Reputation: 383
Having a df like this:
df_in <- data.frame(x = c('x1','x2','x3','x4'),
col1 = c('http://youtube.com/something','NA','https://www.yahooexample.com','https://www.yahooexample2.com'),
col2 = c('www.youtube.com/searcht', 'http://www.bbcnews2.com?id=321','NA','https://google.com/text'))
What kind of grep should I implement in order to check col1 and col2 and if "youtube" phrase exist in both columns in the same row replace it with NA.
Example of expected output
> df_in <- data.frame(x = c('x1','x2','x3','x4'),
+ col1 = c('NA','NA','https://www.yahooexample.com','https://www.yahooexample2.com'),
+ col2 = c('NA', 'http://www.bbcnews2.com?id=321','NA','https://google.com/text'))
> df_in
x col1 col2
1 x1 NA NA
2 x2 NA http://www.bbcnews2.com?id=321
3 x3 https://www.yahooexample.com NA
4 x4 https://www.yahooexample2.com https://google.com/text
Upvotes: 1
Views: 80
Reputation: 12074
Not an improvement on @Jaap's answer, but an alternative:
df_in[do.call(`&`,lapply(df_in[,2:3], grepl, pattern = "youtube")), 2:3] <- 'NA'
Upvotes: 1
Reputation: 83225
Another option is to use rowSums
with sapply
and grepl
:
df_in[rowSums(sapply(df_in, grepl, pattern = 'youtube')) > 1, 2:3] <- 'NA'
which gives:
> df_in x col1 col2 1 x1 NA NA 2 x2 NA http://www.bbcnews2.com?id=321 3 x3 https://www.yahooexample.com NA 4 x4 https://www.yahooexample2.com https://google.com/text
Upvotes: 6
Reputation: 17648
you can try a tidyverse solution:
library(tidyverse)
df_in %>%
unite(a,starts_with("col")) %>%
mutate(a=ifelse(str_count(a,"youtube")>1, "NA_NA", a)) %>%
separate(a, c("col1","col2"), "_")
x col1 col2
1 x1 NA NA
2 x2 NA http://www.bbcnews2.com?id=321
3 x3 https://www.yahooexample.com NA
4 x4 https://www.yahooexample2.com https://google.com/text
In base R I would do:
df_out <- df_in
df_out[,-1] <- t(apply(df_in[,-1], 1, function(x){
tmp <- grepl("youtube",x[1]) + grepl("youtube",x[2])

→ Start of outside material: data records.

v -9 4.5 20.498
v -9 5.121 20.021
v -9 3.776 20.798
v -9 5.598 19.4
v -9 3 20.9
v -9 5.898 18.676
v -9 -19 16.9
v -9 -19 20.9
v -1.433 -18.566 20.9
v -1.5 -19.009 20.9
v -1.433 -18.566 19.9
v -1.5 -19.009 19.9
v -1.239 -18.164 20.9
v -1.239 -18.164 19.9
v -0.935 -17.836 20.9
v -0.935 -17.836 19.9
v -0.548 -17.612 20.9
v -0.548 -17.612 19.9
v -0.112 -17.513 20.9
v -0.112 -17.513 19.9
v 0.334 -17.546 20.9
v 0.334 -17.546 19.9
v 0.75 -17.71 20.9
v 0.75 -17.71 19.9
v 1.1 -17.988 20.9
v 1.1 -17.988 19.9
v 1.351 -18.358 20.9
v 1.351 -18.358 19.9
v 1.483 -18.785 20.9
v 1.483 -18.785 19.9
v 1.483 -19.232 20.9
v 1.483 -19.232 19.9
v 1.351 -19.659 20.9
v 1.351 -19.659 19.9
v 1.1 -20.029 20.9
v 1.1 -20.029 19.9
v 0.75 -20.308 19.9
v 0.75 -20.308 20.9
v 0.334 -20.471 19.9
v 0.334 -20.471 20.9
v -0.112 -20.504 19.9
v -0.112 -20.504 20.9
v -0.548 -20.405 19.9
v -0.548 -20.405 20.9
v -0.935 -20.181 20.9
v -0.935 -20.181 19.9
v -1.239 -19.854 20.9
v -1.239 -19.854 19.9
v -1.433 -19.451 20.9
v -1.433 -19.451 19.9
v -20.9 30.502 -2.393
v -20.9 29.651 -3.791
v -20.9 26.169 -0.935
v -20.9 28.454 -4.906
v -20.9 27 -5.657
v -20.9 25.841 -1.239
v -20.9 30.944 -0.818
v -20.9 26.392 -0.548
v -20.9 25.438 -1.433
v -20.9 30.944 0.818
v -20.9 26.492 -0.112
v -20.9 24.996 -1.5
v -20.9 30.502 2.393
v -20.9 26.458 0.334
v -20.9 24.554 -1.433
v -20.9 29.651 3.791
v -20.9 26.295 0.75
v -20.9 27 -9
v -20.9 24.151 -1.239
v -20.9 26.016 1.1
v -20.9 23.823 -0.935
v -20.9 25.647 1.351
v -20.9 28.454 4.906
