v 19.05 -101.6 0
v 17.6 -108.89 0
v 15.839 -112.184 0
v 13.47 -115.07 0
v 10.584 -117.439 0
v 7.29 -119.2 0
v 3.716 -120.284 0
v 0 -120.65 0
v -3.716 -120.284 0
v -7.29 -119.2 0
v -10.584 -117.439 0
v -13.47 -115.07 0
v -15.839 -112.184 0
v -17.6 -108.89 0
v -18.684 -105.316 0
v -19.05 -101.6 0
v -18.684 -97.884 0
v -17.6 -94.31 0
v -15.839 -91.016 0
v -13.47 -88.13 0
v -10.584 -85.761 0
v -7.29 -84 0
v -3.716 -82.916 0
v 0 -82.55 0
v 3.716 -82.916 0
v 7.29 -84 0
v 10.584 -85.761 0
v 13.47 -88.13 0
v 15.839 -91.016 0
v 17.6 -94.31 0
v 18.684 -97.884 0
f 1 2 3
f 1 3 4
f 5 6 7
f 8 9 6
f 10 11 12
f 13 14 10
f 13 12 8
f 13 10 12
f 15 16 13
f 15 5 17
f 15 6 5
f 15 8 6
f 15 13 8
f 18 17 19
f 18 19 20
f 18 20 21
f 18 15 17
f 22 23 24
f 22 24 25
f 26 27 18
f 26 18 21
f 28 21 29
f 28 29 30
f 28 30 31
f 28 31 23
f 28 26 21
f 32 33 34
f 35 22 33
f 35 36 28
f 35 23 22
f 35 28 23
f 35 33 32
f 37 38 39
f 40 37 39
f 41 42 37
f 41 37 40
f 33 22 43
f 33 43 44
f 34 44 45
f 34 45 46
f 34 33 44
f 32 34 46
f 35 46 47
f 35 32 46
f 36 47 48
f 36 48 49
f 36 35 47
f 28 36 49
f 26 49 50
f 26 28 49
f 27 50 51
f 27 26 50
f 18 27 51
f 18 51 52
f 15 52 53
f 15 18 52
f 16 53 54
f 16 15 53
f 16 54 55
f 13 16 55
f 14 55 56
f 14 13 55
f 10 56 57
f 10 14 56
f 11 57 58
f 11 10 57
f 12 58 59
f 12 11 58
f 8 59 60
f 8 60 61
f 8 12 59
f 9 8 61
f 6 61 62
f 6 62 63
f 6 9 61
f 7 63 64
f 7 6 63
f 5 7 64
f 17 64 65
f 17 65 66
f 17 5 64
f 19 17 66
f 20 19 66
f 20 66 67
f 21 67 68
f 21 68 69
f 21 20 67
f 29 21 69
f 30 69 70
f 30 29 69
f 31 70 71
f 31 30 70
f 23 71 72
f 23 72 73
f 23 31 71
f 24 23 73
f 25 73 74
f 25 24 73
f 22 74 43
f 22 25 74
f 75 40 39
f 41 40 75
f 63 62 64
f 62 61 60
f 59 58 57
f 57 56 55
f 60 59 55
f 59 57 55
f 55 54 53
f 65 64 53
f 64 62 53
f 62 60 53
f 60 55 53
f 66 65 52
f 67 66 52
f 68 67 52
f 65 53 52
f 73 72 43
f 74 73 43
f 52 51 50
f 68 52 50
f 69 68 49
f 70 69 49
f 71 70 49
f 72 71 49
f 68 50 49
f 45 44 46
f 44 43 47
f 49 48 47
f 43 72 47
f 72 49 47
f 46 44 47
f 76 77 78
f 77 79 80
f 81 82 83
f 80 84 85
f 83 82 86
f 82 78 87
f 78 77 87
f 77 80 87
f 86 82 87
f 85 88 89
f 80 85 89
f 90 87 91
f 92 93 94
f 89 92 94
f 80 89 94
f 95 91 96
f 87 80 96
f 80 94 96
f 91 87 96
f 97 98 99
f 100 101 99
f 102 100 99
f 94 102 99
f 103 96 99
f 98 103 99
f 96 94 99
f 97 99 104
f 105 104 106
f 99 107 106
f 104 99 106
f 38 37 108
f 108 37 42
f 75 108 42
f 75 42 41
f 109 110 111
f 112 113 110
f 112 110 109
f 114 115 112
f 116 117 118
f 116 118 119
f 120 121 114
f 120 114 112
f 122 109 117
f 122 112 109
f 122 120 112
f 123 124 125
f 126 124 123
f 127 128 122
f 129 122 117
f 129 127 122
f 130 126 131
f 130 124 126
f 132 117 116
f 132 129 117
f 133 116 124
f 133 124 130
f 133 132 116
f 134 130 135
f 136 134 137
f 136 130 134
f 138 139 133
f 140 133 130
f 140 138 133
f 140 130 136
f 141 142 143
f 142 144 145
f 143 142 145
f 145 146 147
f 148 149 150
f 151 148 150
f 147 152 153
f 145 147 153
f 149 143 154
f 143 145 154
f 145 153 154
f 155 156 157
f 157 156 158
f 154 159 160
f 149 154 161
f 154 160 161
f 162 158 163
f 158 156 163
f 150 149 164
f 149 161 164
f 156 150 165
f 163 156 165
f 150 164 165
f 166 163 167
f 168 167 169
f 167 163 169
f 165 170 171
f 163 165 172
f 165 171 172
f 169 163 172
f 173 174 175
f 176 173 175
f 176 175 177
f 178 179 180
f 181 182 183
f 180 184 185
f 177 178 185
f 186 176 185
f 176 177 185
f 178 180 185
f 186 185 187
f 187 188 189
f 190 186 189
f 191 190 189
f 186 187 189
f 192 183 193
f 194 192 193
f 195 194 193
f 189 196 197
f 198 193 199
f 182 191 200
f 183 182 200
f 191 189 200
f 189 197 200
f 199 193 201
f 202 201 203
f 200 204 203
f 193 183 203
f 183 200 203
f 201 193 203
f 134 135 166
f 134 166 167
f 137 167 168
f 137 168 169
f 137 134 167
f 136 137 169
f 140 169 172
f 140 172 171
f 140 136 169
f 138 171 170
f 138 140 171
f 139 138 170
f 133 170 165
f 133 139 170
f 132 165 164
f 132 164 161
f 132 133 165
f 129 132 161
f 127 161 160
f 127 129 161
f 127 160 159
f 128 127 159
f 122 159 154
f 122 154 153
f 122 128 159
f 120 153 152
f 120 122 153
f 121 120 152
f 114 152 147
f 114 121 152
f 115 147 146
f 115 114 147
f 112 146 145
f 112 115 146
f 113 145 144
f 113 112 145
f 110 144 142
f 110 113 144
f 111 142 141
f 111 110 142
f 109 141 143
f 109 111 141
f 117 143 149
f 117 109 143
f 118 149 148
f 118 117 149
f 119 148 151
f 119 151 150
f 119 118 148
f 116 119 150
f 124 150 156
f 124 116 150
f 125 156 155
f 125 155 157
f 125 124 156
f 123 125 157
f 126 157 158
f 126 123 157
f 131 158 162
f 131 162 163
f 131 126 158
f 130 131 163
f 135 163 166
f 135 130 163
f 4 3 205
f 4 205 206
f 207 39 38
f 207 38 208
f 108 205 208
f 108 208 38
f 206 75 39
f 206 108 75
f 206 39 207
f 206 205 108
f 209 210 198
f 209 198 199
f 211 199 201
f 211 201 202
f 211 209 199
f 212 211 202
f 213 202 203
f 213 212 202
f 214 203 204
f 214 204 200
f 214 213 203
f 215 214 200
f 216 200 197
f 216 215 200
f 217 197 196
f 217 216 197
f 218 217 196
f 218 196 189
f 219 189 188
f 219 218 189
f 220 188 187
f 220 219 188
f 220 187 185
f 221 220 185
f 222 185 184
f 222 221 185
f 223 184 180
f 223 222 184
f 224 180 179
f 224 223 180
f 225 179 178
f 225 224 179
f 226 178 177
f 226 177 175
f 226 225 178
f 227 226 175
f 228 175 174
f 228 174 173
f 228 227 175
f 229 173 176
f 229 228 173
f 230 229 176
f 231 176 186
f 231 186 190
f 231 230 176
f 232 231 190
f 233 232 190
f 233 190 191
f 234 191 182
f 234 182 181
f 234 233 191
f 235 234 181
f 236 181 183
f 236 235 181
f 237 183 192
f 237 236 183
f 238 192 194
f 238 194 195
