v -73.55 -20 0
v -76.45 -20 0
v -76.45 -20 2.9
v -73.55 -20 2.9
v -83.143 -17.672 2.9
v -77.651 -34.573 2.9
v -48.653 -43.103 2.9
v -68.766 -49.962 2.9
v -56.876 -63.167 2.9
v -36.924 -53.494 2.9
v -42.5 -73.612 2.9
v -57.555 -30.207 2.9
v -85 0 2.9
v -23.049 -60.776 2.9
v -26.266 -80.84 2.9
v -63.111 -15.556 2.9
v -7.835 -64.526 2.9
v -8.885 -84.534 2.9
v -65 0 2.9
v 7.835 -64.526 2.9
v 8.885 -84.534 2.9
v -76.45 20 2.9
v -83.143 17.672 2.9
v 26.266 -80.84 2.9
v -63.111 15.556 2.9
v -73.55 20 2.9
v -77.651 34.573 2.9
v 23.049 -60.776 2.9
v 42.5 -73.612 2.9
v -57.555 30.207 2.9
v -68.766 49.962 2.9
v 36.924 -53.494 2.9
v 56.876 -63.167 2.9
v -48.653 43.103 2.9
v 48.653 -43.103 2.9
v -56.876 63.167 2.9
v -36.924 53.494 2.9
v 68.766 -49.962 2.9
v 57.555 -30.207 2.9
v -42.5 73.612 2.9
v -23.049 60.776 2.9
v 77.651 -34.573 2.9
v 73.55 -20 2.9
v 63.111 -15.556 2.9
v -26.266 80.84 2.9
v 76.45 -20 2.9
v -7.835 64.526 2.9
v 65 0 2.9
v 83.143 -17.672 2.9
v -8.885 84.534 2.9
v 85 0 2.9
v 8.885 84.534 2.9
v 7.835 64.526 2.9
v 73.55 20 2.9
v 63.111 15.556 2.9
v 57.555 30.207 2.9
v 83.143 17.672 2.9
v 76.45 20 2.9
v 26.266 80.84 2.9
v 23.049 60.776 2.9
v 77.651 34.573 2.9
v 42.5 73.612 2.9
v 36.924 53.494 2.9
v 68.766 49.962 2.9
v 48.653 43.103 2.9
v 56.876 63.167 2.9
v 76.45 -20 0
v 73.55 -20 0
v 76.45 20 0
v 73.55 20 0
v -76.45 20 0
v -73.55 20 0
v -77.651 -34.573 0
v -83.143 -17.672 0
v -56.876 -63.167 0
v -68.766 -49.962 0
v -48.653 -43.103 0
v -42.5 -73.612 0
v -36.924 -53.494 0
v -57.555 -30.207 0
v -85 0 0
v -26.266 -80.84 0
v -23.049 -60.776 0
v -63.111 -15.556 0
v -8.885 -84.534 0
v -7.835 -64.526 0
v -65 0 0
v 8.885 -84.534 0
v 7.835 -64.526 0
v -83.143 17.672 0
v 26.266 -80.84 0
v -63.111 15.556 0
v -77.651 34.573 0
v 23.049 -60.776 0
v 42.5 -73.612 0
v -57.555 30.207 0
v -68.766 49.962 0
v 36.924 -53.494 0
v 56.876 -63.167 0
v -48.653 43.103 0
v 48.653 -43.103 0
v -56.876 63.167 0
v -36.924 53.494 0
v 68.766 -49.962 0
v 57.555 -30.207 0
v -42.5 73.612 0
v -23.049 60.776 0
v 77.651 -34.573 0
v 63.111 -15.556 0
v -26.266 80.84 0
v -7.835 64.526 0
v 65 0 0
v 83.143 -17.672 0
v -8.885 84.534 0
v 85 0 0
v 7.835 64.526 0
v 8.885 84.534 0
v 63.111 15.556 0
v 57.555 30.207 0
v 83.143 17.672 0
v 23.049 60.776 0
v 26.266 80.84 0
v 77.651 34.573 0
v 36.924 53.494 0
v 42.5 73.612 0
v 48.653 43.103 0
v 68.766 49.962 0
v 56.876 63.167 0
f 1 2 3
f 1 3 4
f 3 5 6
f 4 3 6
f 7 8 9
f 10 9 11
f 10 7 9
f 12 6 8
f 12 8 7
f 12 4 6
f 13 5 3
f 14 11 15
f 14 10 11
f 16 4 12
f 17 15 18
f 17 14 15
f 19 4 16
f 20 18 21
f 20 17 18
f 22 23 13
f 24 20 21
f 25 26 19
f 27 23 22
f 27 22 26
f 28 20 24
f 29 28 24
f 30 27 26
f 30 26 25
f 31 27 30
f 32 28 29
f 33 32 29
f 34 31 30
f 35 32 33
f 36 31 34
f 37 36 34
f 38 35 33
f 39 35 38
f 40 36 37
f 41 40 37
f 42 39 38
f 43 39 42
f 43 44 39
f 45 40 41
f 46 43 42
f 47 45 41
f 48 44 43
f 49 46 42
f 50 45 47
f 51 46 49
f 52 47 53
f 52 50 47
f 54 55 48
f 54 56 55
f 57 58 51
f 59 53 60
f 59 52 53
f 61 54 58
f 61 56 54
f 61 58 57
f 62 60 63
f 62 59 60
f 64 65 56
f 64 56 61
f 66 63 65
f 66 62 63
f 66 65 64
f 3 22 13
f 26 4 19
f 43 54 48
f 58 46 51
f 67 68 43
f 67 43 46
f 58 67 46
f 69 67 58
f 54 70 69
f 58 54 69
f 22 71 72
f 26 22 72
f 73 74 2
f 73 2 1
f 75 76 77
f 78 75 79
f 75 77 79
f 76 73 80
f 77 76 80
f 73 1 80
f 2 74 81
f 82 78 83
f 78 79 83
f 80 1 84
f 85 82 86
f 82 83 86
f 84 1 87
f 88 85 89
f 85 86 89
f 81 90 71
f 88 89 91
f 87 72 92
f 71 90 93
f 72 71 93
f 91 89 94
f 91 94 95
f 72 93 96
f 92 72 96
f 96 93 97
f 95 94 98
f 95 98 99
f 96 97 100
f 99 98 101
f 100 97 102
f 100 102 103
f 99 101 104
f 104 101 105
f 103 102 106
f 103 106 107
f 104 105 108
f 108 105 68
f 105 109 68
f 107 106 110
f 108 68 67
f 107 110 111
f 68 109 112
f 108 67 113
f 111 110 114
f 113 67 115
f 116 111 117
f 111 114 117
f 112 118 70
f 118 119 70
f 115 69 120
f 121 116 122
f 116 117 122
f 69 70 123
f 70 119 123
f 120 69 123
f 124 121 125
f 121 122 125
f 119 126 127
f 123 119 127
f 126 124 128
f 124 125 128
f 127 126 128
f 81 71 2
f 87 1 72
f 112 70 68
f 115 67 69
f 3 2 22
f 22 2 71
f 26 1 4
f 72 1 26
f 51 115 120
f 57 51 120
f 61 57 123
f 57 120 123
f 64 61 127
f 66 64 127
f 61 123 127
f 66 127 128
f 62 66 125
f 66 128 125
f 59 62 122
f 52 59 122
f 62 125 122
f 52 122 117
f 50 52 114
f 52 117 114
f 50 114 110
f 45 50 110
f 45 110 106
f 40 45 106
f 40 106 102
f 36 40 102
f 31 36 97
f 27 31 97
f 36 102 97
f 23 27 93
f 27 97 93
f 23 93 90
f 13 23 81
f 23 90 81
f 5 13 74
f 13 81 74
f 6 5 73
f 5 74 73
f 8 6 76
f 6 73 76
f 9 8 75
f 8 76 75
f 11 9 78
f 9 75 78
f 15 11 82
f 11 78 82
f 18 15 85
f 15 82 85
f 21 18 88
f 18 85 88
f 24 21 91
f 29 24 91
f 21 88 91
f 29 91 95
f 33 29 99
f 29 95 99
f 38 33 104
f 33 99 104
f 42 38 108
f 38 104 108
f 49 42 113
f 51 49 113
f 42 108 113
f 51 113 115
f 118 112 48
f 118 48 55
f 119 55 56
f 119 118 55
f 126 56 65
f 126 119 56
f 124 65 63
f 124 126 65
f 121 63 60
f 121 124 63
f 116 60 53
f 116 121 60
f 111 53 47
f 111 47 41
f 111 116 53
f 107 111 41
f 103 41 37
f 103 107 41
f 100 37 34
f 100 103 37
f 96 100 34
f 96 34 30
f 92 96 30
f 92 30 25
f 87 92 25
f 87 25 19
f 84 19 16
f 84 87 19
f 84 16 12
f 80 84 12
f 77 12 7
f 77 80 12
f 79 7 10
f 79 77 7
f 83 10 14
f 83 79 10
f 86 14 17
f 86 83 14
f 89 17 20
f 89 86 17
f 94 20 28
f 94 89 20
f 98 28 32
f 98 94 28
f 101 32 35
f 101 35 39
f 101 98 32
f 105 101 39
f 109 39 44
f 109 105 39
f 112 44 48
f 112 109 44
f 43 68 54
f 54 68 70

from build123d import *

# Parameters (mm, degrees)
SKETCH1_R           = 85
SKETCH1_R_2         = 65
SKETCH1_W           = 2.9
SKETCH1_H           = 40
BOSS_EXTRUDE1_DEPTH = 2.9


with BuildPart() as part:
    # Sketch1 → Boss-Extrude1 (new body)
    with BuildSketch(Plane.XY):
        Circle(SKETCH1_R)
        Circle(SKETCH1_R_2, mode=Mode.SUBTRACT)
        with Locations((-75, 0)):
            Rectangle(SKETCH1_W, SKETCH1_H, mode=Mode.SUBTRACT)
        with Locations((75, 0)):
            Rectangle(SKETCH1_W, SKETCH1_H, mode=Mode.SUBTRACT)
    extrude(amount=BOSS_EXTRUDE1_DEPTH)


solid = part.part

if(tmp > 1) rep("NA",2) else x
}
))
df_out
x col1 col2
1 x1 NA NA
2 x2 NA http://www.bbcnews2.com?id=321
3 x3 https://www.yahooexample.com NA
4 x4 https://www.yahooexample2.com https://google.com/text
The idea is to count the occurrence of "youtube"
. If there are n=2
per row, replace the entries with NA
otherwise leave them as they are.
Upvotes: 3